What you need to produce from the material below is an exact transcription of the lines from the one with "face PLANE(AX(P(1042.289,0,12.7),D(-1,0,0),D(0,0,1))) [-e28" through the one with "v49 (1235.329,-64.77,95.758)", both included, and no other line.
BEGIN SOURCE RECORDS
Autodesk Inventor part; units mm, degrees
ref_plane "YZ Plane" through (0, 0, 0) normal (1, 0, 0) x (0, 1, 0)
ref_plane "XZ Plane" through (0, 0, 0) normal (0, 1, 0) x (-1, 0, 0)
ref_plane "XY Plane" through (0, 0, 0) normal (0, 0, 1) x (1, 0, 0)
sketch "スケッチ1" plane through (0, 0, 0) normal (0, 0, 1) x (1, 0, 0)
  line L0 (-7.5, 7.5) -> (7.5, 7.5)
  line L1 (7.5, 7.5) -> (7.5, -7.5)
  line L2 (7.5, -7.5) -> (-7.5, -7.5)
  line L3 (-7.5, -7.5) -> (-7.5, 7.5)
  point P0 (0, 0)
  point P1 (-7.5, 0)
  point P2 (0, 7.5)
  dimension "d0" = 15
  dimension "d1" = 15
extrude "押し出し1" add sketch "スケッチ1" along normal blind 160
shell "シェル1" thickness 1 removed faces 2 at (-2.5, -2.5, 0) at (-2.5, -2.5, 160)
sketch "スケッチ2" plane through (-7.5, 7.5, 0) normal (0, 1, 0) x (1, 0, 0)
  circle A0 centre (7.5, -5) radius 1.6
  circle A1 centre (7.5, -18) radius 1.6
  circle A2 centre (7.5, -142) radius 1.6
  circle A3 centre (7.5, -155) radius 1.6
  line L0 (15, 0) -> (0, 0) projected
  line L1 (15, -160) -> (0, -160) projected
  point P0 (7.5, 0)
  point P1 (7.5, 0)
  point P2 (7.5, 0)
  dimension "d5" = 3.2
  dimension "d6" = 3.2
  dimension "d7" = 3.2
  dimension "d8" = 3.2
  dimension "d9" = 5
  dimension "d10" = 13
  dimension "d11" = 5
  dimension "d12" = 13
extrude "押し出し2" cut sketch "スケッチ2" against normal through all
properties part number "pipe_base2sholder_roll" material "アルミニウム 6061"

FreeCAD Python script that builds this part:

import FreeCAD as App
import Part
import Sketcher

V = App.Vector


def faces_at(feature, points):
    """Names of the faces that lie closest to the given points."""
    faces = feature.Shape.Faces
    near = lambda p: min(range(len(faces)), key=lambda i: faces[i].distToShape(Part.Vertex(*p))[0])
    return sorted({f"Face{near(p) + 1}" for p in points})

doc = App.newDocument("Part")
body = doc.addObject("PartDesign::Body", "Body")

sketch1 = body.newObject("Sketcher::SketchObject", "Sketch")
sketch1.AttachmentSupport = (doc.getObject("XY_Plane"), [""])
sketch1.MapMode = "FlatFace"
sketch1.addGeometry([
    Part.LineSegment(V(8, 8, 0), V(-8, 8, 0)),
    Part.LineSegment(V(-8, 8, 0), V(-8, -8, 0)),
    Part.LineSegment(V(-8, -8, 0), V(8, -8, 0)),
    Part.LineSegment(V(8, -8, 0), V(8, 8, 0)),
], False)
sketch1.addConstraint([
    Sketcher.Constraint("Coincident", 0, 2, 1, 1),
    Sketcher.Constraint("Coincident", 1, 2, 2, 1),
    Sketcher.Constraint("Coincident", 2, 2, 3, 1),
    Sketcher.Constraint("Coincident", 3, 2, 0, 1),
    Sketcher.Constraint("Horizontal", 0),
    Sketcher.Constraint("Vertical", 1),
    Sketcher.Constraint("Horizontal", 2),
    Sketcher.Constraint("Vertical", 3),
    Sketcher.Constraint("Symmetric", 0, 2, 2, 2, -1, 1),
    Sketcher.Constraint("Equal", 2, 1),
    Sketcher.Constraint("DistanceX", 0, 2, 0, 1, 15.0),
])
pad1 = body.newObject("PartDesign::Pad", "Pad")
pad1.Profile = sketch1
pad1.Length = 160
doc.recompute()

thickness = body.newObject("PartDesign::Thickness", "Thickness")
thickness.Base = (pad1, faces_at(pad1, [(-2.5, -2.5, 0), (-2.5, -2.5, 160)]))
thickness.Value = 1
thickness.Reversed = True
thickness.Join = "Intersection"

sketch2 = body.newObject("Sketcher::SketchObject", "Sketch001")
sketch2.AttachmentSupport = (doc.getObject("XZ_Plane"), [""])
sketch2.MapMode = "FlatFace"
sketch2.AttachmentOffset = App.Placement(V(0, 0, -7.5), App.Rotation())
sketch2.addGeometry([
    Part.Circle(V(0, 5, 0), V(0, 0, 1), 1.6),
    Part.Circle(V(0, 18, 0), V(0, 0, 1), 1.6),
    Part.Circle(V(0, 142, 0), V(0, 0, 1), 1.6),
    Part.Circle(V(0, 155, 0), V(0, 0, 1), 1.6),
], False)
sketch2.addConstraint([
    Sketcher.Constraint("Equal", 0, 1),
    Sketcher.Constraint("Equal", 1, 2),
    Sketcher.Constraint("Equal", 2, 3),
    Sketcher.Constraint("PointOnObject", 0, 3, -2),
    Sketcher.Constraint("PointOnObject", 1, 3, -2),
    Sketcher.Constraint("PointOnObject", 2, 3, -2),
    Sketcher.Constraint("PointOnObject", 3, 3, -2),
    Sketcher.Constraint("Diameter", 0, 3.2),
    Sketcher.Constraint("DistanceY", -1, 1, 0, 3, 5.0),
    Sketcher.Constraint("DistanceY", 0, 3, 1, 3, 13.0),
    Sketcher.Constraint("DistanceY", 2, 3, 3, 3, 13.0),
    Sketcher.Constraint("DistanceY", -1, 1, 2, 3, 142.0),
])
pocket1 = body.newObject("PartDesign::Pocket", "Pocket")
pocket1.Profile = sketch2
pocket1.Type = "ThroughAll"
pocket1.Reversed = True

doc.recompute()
END SOURCE RECORDS
BEGIN SOURCE RECORDS
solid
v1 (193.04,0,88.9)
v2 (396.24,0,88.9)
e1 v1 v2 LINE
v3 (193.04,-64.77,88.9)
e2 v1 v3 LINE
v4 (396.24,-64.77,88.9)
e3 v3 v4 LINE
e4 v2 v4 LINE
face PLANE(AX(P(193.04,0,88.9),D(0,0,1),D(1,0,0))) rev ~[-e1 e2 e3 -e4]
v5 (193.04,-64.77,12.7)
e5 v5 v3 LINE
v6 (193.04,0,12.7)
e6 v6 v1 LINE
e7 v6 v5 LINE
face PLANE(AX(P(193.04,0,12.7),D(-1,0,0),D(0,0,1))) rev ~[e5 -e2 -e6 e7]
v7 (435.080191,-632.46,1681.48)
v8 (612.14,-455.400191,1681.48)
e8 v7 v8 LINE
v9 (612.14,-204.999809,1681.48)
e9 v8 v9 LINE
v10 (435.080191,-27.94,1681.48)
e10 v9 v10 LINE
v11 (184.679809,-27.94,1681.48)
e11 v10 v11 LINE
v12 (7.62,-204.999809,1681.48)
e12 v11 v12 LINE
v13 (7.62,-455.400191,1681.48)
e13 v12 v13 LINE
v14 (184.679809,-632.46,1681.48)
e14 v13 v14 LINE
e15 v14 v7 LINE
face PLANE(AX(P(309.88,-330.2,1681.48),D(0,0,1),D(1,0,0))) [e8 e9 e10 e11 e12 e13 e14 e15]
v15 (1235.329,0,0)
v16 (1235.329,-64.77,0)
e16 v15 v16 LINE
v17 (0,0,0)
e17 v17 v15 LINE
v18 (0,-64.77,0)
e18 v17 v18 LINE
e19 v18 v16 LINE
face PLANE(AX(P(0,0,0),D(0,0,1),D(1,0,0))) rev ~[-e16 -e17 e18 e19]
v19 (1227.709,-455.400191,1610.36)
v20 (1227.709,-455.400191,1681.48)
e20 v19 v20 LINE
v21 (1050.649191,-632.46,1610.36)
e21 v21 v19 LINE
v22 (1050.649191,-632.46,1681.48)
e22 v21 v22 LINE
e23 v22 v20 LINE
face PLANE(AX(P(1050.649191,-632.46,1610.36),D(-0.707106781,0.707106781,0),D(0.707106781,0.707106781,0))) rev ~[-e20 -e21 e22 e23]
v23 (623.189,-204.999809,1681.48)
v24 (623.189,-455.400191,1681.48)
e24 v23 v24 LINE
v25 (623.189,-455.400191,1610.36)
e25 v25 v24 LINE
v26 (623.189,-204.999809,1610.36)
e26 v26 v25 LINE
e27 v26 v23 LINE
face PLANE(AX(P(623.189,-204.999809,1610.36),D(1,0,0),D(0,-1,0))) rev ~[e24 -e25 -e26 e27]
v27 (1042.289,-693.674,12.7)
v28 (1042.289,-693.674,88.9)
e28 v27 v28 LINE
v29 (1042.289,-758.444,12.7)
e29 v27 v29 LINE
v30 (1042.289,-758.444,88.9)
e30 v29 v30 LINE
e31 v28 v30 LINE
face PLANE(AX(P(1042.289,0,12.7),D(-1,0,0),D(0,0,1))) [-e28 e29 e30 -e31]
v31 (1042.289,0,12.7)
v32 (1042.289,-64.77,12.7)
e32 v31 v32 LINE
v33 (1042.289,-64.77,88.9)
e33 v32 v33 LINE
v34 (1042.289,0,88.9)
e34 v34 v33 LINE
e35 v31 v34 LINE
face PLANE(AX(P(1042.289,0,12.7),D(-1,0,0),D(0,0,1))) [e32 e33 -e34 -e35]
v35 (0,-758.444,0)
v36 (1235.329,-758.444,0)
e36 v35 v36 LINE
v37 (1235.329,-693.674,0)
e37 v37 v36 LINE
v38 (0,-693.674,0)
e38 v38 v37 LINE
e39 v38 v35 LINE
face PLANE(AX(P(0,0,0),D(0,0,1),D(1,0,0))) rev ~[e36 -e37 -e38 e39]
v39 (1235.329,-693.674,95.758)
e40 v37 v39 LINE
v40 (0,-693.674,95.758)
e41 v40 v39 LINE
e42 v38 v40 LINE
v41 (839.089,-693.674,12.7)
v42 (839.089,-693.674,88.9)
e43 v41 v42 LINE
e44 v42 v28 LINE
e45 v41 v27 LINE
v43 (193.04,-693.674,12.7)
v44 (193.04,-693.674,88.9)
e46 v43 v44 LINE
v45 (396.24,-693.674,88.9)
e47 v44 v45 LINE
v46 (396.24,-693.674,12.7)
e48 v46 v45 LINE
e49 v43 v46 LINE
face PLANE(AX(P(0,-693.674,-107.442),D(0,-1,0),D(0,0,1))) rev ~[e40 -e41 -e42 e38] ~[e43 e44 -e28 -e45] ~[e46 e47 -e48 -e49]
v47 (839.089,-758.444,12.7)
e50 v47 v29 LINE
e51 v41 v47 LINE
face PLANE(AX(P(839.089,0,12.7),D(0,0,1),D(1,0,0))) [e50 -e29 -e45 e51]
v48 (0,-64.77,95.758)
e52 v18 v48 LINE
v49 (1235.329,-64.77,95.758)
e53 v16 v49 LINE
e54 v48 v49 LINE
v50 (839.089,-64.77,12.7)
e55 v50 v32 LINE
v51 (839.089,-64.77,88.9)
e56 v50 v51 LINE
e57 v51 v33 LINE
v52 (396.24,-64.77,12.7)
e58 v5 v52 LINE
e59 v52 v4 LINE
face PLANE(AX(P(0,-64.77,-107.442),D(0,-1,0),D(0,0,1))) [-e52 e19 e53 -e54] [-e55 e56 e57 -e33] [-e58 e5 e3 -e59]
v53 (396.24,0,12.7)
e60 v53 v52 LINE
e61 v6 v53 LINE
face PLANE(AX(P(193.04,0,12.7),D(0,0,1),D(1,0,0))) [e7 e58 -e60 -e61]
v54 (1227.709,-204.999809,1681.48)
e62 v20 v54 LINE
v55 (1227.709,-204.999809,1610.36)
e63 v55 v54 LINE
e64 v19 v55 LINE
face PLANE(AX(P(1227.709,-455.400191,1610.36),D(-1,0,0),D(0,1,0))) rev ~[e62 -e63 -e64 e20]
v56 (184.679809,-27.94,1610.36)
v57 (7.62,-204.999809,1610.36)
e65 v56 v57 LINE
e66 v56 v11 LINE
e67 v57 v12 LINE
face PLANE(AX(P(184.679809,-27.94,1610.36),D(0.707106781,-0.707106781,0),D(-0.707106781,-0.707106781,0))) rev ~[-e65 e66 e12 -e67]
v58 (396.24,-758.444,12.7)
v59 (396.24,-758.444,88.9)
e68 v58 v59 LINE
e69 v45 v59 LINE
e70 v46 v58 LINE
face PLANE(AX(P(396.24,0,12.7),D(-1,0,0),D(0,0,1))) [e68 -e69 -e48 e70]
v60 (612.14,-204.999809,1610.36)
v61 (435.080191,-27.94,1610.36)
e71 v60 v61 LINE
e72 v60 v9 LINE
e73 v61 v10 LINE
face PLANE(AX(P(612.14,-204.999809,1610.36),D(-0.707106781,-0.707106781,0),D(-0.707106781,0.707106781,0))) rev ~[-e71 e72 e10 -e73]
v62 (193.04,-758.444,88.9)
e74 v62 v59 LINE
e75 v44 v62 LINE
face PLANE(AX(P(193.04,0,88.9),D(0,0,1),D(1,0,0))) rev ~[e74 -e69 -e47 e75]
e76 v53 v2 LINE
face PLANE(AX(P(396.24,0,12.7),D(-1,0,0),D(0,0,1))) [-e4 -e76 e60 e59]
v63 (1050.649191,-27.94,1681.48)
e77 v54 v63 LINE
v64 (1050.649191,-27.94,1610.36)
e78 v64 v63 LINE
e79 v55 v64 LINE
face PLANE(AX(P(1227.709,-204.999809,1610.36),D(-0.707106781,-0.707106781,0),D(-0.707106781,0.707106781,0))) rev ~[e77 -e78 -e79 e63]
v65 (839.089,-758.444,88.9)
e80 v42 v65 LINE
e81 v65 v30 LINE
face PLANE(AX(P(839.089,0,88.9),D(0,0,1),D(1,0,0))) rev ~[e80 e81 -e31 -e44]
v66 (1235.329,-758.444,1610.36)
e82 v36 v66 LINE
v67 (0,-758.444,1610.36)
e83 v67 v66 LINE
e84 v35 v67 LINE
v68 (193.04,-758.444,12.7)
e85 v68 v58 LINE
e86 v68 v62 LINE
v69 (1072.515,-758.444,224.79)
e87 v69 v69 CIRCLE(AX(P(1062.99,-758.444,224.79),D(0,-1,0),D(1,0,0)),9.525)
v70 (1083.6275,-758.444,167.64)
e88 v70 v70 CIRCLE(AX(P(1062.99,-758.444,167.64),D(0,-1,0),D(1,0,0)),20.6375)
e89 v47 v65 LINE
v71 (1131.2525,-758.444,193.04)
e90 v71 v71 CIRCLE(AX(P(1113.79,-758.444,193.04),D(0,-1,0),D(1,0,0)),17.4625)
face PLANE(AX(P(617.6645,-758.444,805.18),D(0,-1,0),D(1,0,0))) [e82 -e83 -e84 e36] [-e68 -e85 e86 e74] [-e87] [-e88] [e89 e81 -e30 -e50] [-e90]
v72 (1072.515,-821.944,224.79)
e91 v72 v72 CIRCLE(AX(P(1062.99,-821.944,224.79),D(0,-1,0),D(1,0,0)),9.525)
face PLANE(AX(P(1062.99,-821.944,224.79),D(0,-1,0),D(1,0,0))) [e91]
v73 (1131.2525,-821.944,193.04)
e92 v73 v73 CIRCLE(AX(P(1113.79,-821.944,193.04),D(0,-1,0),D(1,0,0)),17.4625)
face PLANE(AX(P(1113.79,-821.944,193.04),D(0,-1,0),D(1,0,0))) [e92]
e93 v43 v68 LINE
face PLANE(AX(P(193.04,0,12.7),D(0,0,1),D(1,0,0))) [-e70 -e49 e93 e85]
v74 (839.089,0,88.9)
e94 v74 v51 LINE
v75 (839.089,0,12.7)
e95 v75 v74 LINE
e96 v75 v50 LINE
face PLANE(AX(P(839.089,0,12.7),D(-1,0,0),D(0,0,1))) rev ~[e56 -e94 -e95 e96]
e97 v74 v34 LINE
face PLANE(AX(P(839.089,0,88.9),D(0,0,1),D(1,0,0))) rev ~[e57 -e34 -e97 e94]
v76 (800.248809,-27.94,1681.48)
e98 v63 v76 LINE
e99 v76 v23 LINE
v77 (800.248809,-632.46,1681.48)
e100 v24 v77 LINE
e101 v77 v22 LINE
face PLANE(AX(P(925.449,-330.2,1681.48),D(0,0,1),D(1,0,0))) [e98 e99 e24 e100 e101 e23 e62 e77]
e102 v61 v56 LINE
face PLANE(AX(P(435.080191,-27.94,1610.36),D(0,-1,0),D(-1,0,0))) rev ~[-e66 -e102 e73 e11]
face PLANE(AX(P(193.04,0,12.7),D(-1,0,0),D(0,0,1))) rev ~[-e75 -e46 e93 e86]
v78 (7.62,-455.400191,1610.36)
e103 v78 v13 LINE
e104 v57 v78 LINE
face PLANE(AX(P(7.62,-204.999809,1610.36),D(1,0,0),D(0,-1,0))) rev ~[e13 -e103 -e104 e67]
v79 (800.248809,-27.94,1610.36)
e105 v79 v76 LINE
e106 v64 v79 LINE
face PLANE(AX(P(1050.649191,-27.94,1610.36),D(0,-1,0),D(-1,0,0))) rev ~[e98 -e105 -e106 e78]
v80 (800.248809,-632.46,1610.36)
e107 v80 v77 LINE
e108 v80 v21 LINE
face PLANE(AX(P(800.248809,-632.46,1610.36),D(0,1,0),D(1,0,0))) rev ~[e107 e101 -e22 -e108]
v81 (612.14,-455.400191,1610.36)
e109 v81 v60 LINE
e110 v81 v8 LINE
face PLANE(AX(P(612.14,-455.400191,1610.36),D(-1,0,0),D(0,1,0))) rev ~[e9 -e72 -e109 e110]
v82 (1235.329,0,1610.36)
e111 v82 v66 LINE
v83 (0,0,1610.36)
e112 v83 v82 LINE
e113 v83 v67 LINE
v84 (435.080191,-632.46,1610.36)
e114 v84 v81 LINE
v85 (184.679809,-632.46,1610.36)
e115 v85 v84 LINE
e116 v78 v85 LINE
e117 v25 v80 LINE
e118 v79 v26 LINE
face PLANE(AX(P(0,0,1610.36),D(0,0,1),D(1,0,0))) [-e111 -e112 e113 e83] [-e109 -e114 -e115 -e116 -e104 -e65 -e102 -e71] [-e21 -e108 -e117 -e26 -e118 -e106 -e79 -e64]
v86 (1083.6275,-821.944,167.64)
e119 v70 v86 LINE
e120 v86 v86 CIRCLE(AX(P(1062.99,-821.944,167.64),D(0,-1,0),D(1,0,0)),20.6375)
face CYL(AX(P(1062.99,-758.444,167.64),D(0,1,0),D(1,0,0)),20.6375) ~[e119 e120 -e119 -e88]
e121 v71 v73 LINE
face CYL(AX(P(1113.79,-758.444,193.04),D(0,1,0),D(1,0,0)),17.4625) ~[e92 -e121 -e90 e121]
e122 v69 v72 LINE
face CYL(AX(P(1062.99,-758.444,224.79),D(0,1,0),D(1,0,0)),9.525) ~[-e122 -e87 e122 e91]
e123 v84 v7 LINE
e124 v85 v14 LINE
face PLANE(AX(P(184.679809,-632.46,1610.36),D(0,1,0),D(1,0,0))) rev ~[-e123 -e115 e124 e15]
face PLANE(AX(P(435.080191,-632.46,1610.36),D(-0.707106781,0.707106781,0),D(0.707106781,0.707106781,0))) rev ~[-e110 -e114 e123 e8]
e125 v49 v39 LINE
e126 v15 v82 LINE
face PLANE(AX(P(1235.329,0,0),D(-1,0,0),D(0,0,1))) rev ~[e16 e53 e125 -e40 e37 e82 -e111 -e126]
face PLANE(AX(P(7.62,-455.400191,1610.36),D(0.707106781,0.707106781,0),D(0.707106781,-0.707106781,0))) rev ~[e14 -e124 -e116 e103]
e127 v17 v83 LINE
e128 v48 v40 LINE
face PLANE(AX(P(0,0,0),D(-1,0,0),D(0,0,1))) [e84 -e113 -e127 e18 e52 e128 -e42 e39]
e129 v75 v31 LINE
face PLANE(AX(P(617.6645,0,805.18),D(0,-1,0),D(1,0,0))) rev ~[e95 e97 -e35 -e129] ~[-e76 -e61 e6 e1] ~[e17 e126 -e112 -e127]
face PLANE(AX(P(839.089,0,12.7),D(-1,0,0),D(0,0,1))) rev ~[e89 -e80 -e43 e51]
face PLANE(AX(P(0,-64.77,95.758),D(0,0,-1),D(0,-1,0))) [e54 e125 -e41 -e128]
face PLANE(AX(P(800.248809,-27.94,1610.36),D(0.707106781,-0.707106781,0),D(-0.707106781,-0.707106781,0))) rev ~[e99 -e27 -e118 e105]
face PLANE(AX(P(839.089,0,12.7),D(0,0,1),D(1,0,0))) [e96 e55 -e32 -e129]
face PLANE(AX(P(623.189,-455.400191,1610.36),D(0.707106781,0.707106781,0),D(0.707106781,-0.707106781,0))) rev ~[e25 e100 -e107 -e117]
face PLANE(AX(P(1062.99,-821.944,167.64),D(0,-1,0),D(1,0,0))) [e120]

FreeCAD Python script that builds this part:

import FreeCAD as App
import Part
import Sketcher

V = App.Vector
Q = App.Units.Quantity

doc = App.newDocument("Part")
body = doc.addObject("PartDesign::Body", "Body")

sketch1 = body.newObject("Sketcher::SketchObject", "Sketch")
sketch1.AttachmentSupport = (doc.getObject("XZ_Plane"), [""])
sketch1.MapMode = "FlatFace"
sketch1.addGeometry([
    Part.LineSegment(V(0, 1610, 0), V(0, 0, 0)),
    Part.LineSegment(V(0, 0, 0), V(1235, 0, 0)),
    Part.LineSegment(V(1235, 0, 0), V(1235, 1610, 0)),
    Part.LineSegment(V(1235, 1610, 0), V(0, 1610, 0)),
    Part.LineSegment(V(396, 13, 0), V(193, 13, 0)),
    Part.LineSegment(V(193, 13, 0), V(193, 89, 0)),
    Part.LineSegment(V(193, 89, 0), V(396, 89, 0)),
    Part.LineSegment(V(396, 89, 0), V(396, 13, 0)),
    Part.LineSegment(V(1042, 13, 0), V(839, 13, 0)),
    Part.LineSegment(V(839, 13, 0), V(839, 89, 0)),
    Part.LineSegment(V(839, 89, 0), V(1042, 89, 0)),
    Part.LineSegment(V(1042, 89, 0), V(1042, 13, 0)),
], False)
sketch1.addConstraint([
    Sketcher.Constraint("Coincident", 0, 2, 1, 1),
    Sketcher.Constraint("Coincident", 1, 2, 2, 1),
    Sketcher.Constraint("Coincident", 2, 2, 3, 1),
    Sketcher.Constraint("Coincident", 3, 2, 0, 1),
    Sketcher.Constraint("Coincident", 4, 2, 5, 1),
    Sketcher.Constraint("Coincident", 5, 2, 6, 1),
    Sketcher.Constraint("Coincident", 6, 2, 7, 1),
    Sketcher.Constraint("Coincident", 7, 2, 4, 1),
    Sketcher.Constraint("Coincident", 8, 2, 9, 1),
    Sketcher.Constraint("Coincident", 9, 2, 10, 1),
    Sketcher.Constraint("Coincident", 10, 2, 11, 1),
END SOURCE RECORDS
→ ANSWER TO THIS EXERCISE
face PLANE(AX(P(1042.289,0,12.7),D(-1,0,0),D(0,0,1))) [-e28 e29 e30 -e31]
v31 (1042.289,0,12.7)
v32 (1042.289,-64.77,12.7)
e32 v31 v32 LINE
v33 (1042.289,-64.77,88.9)
e33 v32 v33 LINE
v34 (1042.289,0,88.9)
e34 v34 v33 LINE
e35 v31 v34 LINE
face PLANE(AX(P(1042.289,0,12.7),D(-1,0,0),D(0,0,1))) [e32 e33 -e34 -e35]
v35 (0,-758.444,0)
v36 (1235.329,-758.444,0)
e36 v35 v36 LINE
v37 (1235.329,-693.674,0)
e37 v37 v36 LINE
v38 (0,-693.674,0)
e38 v38 v37 LINE
e39 v38 v35 LINE
face PLANE(AX(P(0,0,0),D(0,0,1),D(1,0,0))) rev ~[e36 -e37 -e38 e39]
v39 (1235.329,-693.674,95.758)
e40 v37 v39 LINE
v40 (0,-693.674,95.758)
e41 v40 v39 LINE
e42 v38 v40 LINE
v41 (839.089,-693.674,12.7)
v42 (839.089,-693.674,88.9)
e43 v41 v42 LINE
e44 v42 v28 LINE
e45 v41 v27 LINE
v43 (193.04,-693.674,12.7)
v44 (193.04,-693.674,88.9)
e46 v43 v44 LINE
v45 (396.24,-693.674,88.9)
e47 v44 v45 LINE
v46 (396.24,-693.674,12.7)
e48 v46 v45 LINE
e49 v43 v46 LINE
face PLANE(AX(P(0,-693.674,-107.442),D(0,-1,0),D(0,0,1))) rev ~[e40 -e41 -e42 e38] ~[e43 e44 -e28 -e45] ~[e46 e47 -e48 -e49]
v47 (839.089,-758.444,12.7)
e50 v47 v29 LINE
e51 v41 v47 LINE
face PLANE(AX(P(839.089,0,12.7),D(0,0,1),D(1,0,0))) [e50 -e29 -e45 e51]
v48 (0,-64.77,95.758)
e52 v18 v48 LINE
v49 (1235.329,-64.77,95.758)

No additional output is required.